Our results concur with a burgeoning evidence that baseline hemoglobin measurements improve the prognostic ability of the GRACE score with regards to in-hospital and 30-day mortality [, , ], death/MI within 6 months [, ] or MACEs within 12 months []. None of these studies, however, are from a rural setting and have reported prevalence of baseline anemia to be <30%. To our knowledge, our study is the first one to report outcomes of ACS from a rural setting with a substantially higher prevalence of anemia (58%) at baseline. It is noteworthy that the prevalence of anemia reported here is in concordance with other Indian studies having similar patient profiles [, ]. Together, there now appears to be sufficient evidence to favor the inclusion of baseline anemia in a modified GRACE score for an improved risk stratification of ACS patients.

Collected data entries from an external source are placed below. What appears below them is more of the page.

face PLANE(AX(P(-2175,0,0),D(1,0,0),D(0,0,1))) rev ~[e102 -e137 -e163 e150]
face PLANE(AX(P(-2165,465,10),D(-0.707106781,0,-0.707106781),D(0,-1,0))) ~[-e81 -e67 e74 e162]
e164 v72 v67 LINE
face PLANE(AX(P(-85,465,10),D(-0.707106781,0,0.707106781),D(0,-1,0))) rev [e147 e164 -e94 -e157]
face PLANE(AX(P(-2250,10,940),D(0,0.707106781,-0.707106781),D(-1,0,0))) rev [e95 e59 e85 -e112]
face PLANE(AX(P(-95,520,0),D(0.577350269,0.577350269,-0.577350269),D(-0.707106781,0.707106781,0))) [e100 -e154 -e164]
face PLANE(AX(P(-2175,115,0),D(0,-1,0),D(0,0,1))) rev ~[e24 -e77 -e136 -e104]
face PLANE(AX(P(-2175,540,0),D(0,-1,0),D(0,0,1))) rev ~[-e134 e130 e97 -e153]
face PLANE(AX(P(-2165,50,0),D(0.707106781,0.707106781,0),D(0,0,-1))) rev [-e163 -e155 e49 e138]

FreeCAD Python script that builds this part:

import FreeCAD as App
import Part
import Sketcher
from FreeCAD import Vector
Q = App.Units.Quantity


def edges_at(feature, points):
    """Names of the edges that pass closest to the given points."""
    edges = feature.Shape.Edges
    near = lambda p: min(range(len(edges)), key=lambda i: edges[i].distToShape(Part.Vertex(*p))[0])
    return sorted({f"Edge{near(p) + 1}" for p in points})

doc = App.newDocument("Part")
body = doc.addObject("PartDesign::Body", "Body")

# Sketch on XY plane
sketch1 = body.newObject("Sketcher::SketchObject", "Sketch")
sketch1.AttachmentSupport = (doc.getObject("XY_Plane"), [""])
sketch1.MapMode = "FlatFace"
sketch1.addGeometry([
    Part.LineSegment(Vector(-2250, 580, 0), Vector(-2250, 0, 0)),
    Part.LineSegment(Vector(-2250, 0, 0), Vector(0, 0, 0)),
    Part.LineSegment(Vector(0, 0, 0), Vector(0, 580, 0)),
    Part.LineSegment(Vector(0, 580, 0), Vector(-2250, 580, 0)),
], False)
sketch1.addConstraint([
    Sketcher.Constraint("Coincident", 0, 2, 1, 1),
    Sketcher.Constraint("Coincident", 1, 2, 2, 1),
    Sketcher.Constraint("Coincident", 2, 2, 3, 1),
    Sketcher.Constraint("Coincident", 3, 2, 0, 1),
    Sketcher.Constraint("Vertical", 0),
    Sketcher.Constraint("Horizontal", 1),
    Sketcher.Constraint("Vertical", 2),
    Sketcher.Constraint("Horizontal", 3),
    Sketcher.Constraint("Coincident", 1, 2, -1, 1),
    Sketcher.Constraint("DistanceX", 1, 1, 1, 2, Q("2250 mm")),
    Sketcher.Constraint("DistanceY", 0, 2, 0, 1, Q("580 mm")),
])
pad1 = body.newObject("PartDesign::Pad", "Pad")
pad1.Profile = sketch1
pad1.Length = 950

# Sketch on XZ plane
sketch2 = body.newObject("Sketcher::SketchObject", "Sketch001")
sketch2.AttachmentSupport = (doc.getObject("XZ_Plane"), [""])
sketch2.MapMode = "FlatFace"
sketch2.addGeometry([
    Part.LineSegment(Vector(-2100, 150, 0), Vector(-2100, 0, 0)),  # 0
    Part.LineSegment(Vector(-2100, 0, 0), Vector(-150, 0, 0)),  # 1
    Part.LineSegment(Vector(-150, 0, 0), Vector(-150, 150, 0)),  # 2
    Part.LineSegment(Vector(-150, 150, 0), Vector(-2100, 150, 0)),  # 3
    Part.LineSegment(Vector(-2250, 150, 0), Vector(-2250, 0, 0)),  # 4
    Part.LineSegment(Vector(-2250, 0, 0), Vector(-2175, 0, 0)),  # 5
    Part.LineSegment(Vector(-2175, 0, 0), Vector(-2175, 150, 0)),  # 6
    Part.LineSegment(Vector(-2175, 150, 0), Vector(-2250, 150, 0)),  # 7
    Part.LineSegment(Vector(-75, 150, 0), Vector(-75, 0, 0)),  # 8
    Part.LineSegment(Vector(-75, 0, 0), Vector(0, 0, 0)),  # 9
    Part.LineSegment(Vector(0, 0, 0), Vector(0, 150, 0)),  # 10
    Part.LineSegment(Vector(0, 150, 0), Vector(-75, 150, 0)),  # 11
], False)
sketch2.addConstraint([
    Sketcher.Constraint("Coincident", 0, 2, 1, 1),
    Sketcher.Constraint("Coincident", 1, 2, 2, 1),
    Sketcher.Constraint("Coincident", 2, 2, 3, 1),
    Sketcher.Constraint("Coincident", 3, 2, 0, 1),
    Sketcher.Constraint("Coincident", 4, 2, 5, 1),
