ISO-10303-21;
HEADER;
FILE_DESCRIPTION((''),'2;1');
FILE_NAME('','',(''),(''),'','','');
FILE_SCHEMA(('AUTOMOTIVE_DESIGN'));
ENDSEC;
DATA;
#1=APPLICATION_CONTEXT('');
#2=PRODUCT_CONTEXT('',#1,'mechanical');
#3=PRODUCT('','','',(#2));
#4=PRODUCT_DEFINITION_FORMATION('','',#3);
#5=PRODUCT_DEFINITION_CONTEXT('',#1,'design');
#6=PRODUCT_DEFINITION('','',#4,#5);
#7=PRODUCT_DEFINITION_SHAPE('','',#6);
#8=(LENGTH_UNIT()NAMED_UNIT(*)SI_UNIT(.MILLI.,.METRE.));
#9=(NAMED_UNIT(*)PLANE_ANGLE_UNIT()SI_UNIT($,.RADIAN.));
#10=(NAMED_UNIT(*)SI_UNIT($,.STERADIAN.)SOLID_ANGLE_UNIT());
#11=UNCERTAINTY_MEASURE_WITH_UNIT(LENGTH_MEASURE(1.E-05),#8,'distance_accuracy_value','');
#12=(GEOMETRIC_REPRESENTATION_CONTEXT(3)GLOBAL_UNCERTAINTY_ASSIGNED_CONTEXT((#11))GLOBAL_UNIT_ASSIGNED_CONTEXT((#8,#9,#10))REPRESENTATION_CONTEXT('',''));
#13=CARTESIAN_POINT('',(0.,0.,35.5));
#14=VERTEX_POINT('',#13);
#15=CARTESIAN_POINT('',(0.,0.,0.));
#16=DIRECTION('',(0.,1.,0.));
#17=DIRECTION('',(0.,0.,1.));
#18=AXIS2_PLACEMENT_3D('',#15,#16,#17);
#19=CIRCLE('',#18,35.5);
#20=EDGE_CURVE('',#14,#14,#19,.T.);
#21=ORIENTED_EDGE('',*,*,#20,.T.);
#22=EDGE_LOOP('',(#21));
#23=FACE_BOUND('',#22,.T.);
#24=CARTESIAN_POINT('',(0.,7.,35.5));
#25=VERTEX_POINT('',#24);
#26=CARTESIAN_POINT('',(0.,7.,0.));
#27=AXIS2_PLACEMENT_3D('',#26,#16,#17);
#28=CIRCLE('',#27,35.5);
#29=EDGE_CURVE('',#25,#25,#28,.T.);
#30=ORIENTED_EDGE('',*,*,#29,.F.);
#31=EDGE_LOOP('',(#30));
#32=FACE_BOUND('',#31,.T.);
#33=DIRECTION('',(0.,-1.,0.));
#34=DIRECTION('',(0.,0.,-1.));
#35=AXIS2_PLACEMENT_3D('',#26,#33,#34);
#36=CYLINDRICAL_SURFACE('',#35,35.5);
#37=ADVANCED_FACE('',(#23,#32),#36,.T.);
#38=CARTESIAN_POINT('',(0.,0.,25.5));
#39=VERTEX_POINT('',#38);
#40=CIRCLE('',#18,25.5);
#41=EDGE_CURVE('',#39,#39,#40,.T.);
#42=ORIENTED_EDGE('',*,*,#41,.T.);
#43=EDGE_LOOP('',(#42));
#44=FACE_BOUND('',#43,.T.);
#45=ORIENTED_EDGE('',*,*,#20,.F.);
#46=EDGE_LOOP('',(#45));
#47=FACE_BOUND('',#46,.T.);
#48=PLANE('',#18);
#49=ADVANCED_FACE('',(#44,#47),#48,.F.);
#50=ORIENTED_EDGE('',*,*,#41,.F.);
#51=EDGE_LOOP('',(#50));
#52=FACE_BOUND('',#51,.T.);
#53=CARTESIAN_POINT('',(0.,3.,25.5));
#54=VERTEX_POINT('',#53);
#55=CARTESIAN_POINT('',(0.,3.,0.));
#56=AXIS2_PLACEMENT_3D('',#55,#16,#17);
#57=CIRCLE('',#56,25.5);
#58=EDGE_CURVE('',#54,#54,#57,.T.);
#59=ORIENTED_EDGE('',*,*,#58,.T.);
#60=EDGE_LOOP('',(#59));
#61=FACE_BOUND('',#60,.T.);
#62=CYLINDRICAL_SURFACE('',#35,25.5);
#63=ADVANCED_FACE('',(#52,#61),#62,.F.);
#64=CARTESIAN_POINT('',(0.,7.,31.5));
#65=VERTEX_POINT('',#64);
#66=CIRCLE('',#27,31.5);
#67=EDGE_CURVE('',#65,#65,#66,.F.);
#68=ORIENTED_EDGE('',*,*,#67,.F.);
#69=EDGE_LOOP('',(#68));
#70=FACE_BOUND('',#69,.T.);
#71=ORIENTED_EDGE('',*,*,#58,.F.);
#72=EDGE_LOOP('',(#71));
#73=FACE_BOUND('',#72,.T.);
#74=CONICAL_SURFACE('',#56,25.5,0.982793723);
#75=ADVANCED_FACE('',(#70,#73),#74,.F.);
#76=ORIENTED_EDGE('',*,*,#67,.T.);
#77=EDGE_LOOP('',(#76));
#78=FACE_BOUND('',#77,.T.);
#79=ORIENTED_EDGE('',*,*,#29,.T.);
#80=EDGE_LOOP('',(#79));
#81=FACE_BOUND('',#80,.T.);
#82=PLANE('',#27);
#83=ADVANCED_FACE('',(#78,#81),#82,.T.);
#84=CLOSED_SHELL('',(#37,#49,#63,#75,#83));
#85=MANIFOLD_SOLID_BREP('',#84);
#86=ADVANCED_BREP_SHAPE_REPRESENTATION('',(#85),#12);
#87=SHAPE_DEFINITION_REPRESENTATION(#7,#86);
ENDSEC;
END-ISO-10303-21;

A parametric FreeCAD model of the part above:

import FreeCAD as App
import Part
import Sketcher
from FreeCAD import Vector


def edges_at(feature, points):
    """Names of the edges that pass closest to the given points."""
    edges = feature.Shape.Edges
    near = lambda p: min(range(len(edges)), key=lambda i: edges[i].distToShape(Part.Vertex(*p))[0])
    return sorted({f"Edge{near(p) + 1}" for p in points})

doc = App.newDocument("Part")
body = doc.addObject("PartDesign::Body", "Body")

sketch1 = body.newObject("Sketcher::SketchObject", "Sketch")
sketch1.AttachmentSupport = (doc.getObject("XZ_Plane"), [""])
sketch1.MapMode = "FlatFace"
sketch1.addGeometry([
    Part.Circle(Vector(0, 0, 0), Vector(0, 0, 1), 36),
    Part.Circle(Vector(0, 0, 0), Vector(0, 0, 1), 26),
], False)
sketch1.addConstraint([
    Sketcher.Constraint("Coincident", 0, 3, -1, 1),
    Sketcher.Constraint("Coincident", 1, 3, -1, 1),
    Sketcher.Constraint("Diameter", 0, 71.0),
    Sketcher.Constraint("Diameter", 1, 51.0),
])
pad1 = body.newObject("PartDesign::Pad", "Pad")
pad1.Profile = sketch1
pad1.Length = 7
pad1.Reversed = True
doc.recompute()

chamfer = body.newObject("PartDesign::Chamfer", "Chamfer")
chamfer.Base = (pad1, edges_at(pad1, [(0, 7, -25.5)]))
chamfer.ChamferType = "Two distances"
chamfer.Size = 6
chamfer.Size2 = 4
chamfer.FlipDirection = True

doc.recompute()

These findings are important in the light of the continued high prevalence of anemia, especially in low income countries. A large systematic review by Stevens et al. [], based on 232 nationally representative surveys from 107 countries and 1.9 million hemoglobin measurements, clearly indicates the sustained high prevalence of anemia in Asian and African populations. In the context of acute coronary syndrome, Stucchi et al. [] reviewed data from 9 published studies (a total of 110,616 patients) across the world, and observed that the prevalence of baseline anemia in ACS patients varied from 10%–43%. In comparison, the baseline prevalence of anemia in this study was 58.5%, in line with the expectation of a higher prevalence in India. In the context of such high prevalence of baseline anemia and its observed independent association with adverse outcomes, inclusion of anemia in a refined GRACE score deserves a closer look.

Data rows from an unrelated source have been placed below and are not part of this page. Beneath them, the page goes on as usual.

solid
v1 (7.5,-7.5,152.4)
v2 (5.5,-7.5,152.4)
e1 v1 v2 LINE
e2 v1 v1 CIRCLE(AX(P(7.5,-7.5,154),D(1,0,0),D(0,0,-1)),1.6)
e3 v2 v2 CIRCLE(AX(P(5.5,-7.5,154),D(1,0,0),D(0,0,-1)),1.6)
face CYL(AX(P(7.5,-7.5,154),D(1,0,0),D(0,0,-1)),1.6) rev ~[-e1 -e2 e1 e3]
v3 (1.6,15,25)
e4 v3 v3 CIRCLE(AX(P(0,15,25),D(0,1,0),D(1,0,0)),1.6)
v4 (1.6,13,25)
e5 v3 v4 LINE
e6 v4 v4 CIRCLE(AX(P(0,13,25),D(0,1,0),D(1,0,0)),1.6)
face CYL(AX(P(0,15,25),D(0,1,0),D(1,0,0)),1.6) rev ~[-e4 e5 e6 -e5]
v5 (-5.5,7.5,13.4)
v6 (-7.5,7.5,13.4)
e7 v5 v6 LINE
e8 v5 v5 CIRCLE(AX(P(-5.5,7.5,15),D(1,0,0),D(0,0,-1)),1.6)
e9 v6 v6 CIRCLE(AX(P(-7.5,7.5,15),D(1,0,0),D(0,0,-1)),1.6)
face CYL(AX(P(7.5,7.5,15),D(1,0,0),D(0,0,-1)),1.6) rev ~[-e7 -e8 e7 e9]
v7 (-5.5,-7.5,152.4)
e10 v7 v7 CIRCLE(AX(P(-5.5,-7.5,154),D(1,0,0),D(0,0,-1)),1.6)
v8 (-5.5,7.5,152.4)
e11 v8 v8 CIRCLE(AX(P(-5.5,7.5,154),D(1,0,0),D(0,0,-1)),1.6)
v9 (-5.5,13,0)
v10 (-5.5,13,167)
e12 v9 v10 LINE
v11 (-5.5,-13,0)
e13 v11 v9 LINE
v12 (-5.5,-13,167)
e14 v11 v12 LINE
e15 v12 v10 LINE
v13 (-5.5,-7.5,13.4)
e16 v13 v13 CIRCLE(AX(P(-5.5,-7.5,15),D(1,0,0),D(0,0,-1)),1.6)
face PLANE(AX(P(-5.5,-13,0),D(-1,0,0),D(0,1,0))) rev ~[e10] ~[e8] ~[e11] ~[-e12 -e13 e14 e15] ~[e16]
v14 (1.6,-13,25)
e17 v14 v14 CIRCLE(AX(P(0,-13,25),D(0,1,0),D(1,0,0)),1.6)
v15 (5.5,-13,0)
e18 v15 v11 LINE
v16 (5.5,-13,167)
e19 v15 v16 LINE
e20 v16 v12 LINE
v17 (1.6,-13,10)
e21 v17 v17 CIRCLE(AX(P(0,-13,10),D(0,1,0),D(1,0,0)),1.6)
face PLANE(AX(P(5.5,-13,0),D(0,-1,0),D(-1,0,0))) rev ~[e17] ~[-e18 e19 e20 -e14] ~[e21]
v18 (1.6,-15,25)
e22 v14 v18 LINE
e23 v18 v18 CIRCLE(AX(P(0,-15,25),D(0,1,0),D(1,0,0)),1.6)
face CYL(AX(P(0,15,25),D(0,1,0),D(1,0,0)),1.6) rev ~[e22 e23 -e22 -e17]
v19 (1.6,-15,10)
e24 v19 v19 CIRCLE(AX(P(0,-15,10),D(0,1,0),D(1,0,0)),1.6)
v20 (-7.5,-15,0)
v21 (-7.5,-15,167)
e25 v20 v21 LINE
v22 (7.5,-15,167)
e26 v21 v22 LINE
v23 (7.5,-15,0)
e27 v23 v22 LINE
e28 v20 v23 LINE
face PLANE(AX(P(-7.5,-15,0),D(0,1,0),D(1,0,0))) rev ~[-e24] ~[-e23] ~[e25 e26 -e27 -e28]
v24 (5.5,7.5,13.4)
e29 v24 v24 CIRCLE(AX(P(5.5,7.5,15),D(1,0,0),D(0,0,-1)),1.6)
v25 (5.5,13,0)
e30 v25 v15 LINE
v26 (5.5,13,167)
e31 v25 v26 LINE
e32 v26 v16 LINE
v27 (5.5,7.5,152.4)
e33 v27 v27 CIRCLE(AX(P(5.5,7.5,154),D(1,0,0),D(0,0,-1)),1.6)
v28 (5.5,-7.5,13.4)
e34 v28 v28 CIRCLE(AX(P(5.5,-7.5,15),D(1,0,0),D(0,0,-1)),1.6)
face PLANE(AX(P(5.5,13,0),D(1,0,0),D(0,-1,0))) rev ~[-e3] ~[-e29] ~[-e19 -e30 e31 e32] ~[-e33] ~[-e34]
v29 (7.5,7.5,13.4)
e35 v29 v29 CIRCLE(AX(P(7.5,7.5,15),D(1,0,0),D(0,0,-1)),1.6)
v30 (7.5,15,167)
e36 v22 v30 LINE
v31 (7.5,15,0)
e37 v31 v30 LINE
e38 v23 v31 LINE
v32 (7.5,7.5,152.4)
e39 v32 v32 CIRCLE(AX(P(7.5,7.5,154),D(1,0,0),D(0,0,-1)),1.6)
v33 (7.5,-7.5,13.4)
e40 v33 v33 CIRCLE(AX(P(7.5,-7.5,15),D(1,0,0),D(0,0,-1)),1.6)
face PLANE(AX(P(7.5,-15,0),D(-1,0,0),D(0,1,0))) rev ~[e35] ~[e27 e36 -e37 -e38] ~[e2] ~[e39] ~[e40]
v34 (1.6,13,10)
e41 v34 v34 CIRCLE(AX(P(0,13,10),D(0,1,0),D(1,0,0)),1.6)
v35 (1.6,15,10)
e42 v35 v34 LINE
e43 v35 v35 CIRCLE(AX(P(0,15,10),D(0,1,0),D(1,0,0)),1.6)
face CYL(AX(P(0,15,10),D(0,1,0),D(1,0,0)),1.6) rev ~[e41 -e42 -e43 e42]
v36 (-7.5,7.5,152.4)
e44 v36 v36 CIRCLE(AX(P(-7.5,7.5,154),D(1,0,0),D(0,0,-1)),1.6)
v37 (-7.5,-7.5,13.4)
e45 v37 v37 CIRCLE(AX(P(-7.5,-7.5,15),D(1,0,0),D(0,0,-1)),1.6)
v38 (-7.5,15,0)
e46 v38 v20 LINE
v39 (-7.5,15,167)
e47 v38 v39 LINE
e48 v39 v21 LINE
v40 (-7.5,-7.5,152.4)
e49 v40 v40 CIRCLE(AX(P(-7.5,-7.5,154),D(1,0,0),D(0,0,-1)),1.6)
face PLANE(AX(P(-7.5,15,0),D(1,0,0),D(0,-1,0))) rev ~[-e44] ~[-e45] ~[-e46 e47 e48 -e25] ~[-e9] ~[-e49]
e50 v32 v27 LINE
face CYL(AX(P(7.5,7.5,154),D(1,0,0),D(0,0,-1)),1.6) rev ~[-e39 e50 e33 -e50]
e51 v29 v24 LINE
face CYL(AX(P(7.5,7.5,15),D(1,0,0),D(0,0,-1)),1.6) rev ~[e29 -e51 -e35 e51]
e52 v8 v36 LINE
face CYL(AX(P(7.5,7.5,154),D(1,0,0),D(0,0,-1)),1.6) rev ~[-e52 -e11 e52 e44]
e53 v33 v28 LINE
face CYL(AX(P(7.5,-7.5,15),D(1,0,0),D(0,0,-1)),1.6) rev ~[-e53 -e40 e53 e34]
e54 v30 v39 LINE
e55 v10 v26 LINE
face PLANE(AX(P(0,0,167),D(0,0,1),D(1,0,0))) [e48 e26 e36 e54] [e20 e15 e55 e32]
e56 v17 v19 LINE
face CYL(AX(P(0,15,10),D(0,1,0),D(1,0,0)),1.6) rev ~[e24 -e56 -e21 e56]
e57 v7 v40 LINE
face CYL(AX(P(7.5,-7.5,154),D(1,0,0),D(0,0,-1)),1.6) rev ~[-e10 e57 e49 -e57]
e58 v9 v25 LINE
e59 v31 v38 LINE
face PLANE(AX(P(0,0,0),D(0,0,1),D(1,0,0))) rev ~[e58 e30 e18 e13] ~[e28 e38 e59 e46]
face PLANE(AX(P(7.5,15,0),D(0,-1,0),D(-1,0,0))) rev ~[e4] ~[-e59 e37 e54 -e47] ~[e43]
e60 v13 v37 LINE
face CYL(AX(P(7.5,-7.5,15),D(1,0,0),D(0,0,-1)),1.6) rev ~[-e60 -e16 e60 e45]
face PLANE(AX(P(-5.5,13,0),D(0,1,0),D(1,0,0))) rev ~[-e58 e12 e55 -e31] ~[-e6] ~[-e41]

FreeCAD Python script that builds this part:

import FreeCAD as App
import Part
import Sketcher
from FreeCAD import Vector


def add_polygon(sketch, points):
    """Adds a closed chain of lines whose ends are joined by coincident constraints."""
    first, n = sketch.GeometryCount, len(points)
    for a, b in zip(points, points[1:] + points[:1]):
        sketch.addGeometry(Part.LineSegment(App.Vector(*a, 0), App.Vector(*b, 0)), False)
    for i in range(n):
        sketch.addConstraint(Sketcher.Constraint("Coincident", first + i, 2, first + (i + 1) % n, 1))

doc = App.newDocument("Part")
params = doc.addObject("Spreadsheet::Sheet", "Params")
for row, (alias, value) in enumerate([
    ("sketch1_width", "15 mm"),
    ("sketch1_height", "30 mm"),
    ("pad1_length", "167 mm"),
    ("sketch2_diameter", "3.2 mm"),
    ("sketch3_diameter", "3.2 mm"),
], start=1):
    params.set(f"A{row}", alias)
    params.set(f"B{row}", "=" + value)
    params.setAlias(f"B{row}", alias)

body = doc.addObject("PartDesign::Body", "Body")

# Sketch on XY plane
sketch1 = body.newObject("Sketcher::SketchObject", "Sketch")
sketch1.AttachmentSupport = (doc.getObject("XY_Plane"), [""])
sketch1.MapMode = "FlatFace"
add_polygon(sketch1, [(8, -15), (8, 15), (-8, 15), (-8, -15)])  # lines 0-3
add_polygon(sketch1, [(-6, -13), (-6, 13), (6, 13), (6, -13)])  # lines 4-7
sketch1.addConstraint(Sketcher.Constraint("Vertical", 0))
sketch1.addConstraint(Sketcher.Constraint("Horizontal", 1))
sketch1.addConstraint(Sketcher.Constraint("Vertical", 2))
sketch1.addConstraint(Sketcher.Constraint("Horizontal", 3))
sketch1.addConstraint(Sketcher.Constraint("Vertical", 4))
sketch1.addConstraint(Sketcher.Constraint("Horizontal", 5))
sketch1.addConstraint(Sketcher.Constraint("Vertical", 6))
sketch1.addConstraint(Sketcher.Constraint("Horizontal", 7))
sketch1.addConstraint(Sketcher.Constraint("Symmetric", 0, 2, 2, 2, -1, 1))
sketch1.addConstraint(Sketcher.Constraint("Symmetric", 4, 2, 6, 2, -1, 1))
sketch1.addConstraint(Sketcher.Constraint("DistanceX", 1, 2, 1, 1, 15.0))
sketch1.addConstraint(Sketcher.Constraint("DistanceY", 0, 1, 0, 2, 30.0))
sketch1.addConstraint(Sketcher.Constraint("DistanceX", 1, 2, 4, 2, 2.0))
sketch1.addConstraint(Sketcher.Constraint("DistanceY", 4, 2, 1, 2, 2.0))
sketch1.setExpression("Constraints[18]", "Params.sketch1_width")
sketch1.setExpression("Constraints[19]", "Params.sketch1_height")
pad1 = body.newObject("PartDesign::Pad", "Pad")
pad1.Profile = sketch1
pad1.setExpression("Length", "Params.pad1_length")

# Sketch on YZ plane
sketch2 = body.newObject("Sketcher::SketchObject", "Sketch001")
sketch2.AttachmentSupport = (doc.getObject("YZ_Plane"), [""])
sketch2.MapMode = "FlatFace"
sketch2.AttachmentOffset = App.Placement(Vector(0, 0, 7.5), App.Rotation())
sketch2.addGeometry(Part.Circle(Vector(7.5, 15, 0), Vector(0, 0, 1), 1.6), False)
sketch2.addGeometry(Part.Circle(Vector(-7.5, 15, 0), Vector(0, 0, 1), 1.6), False)
sketch2.addGeometry(Part.Circle(Vector(7.5, 154, 0), Vector(0, 0, 1), 1.6), False)
sketch2.addGeometry(Part.Circle(Vector(-7.5, 154, 0), Vector(0, 0, 1), 1.6), False)
sketch2.addConstraint(Sketcher.Constraint("Equal", 0, 1))
sketch2.addConstraint(Sketcher.Constraint("Equal", 1, 2))
sketch2.addConstraint(Sketcher.Constraint("Equal", 2, 3))
sketch2.addConstraint(Sketcher.Constraint("Symmetric", 0, 3, 1, 3, -2))
sketch2.addConstraint(Sketcher.Constraint("Symmetric", 2, 3, 3, 3, -2))
sketch2.addConstraint(Sketcher.Constraint("Vertical", 0, 3, 2, 3))
sketch2.addConstraint(Sketcher.Constraint("Diameter", 0, 3.2))
sketch2.addConstraint(Sketcher.Constraint("DistanceY", -1, 1, 0, 3, 15.0))
sketch2.addConstraint(Sketcher.Constraint("DistanceX", 1, 3, 0, 3, 15.0))
sketch2.addConstraint(Sketcher.Constraint("DistanceY", 0, 3, 2, 3, 139.0))
sketch2.setExpression("Constraints[6]", "Params.sketch2_diameter")
pocket1 = body.newObject("PartDesign::Pocket", "Pocket")
pocket1.Profile = sketch2
pocket1.Type = "ThroughAll"

# Sketch on XZ plane
sketch3 = body.newObject("Sketcher::SketchObject", "Sketch002")
sketch3.AttachmentSupport = (doc.getObject("XZ_Plane"), [""])
sketch3.MapMode = "FlatFace"
sketch3.AttachmentOffset = App.Placement(Vector(0, 0, -15), App.Rotation())
sketch3.addGeometry(Part.Circle(Vector(0, 10, 0), Vector(0, 0, 1), 1.6), False)
sketch3.addGeometry(Part.Circle(Vector(0, 25, 0), Vector(0, 0, 1), 1.6), False)
sketch3.addConstraint(Sketcher.Constraint("Equal", 0, 1))
sketch3.addConstraint(Sketcher.Constraint("PointOnObject", 0, 3, -2))
sketch3.addConstraint(Sketcher.Constraint("PointOnObject", 1, 3, -2))
sketch3.addConstraint(Sketcher.Constraint("Diameter", 0, 3.2))
sketch3.addConstraint(Sketcher.Constraint("DistanceY", -1, 1, 0, 3, 10.0))
sketch3.addConstraint(Sketcher.Constraint("DistanceY", 0, 3, 1, 3, 15.0))
sketch3.setExpression("Constraints[3]", "Params.sketch3_diameter")
pocket2 = body.newObject("PartDesign::Pocket", "Pocket001")
pocket2.Profile = sketch3
pocket2.Type = "ThroughAll"
pocket2.Reversed = True

doc.recompute()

A limitation of our study is the relatively small sample size. We therefore determined the post hoc statistical power of our study to demonstrate improved prediction of the study outcomes by comparing the area under the ROC curve. Using the R package pROC [], we found that to detect a significantly improved area under the ROC curve, for the outcome of death within 6 months, our study had a post-hoc power of only 21.40%; but for the outcome of death or MACE within 6 months, our study had a post hoc power of 71.97%. We anticipate more specificity of association with death or MACE rather than death alone (which can be a mixture of various causes of death). Moreover, while the area under the ROC curve demonstrated a moderate increase, both IDI and NRI estimates were strongly and significantly improved by inclusion of baseline anemia with the GRACE score. We thus believe that our study has adequate power to demonstrate the independent and additive association of baseline anemia with the study outcomes.

Conclusion

Our study points at a need to include baseline anemia as an additional component of the existing GRACE scoring system for prognostication of ACS. This may be especially important in settings where the prevalence of anemia is high. Future studies need to devise and validate the prognostic use of a modified GRACE score that includes baseline anemia.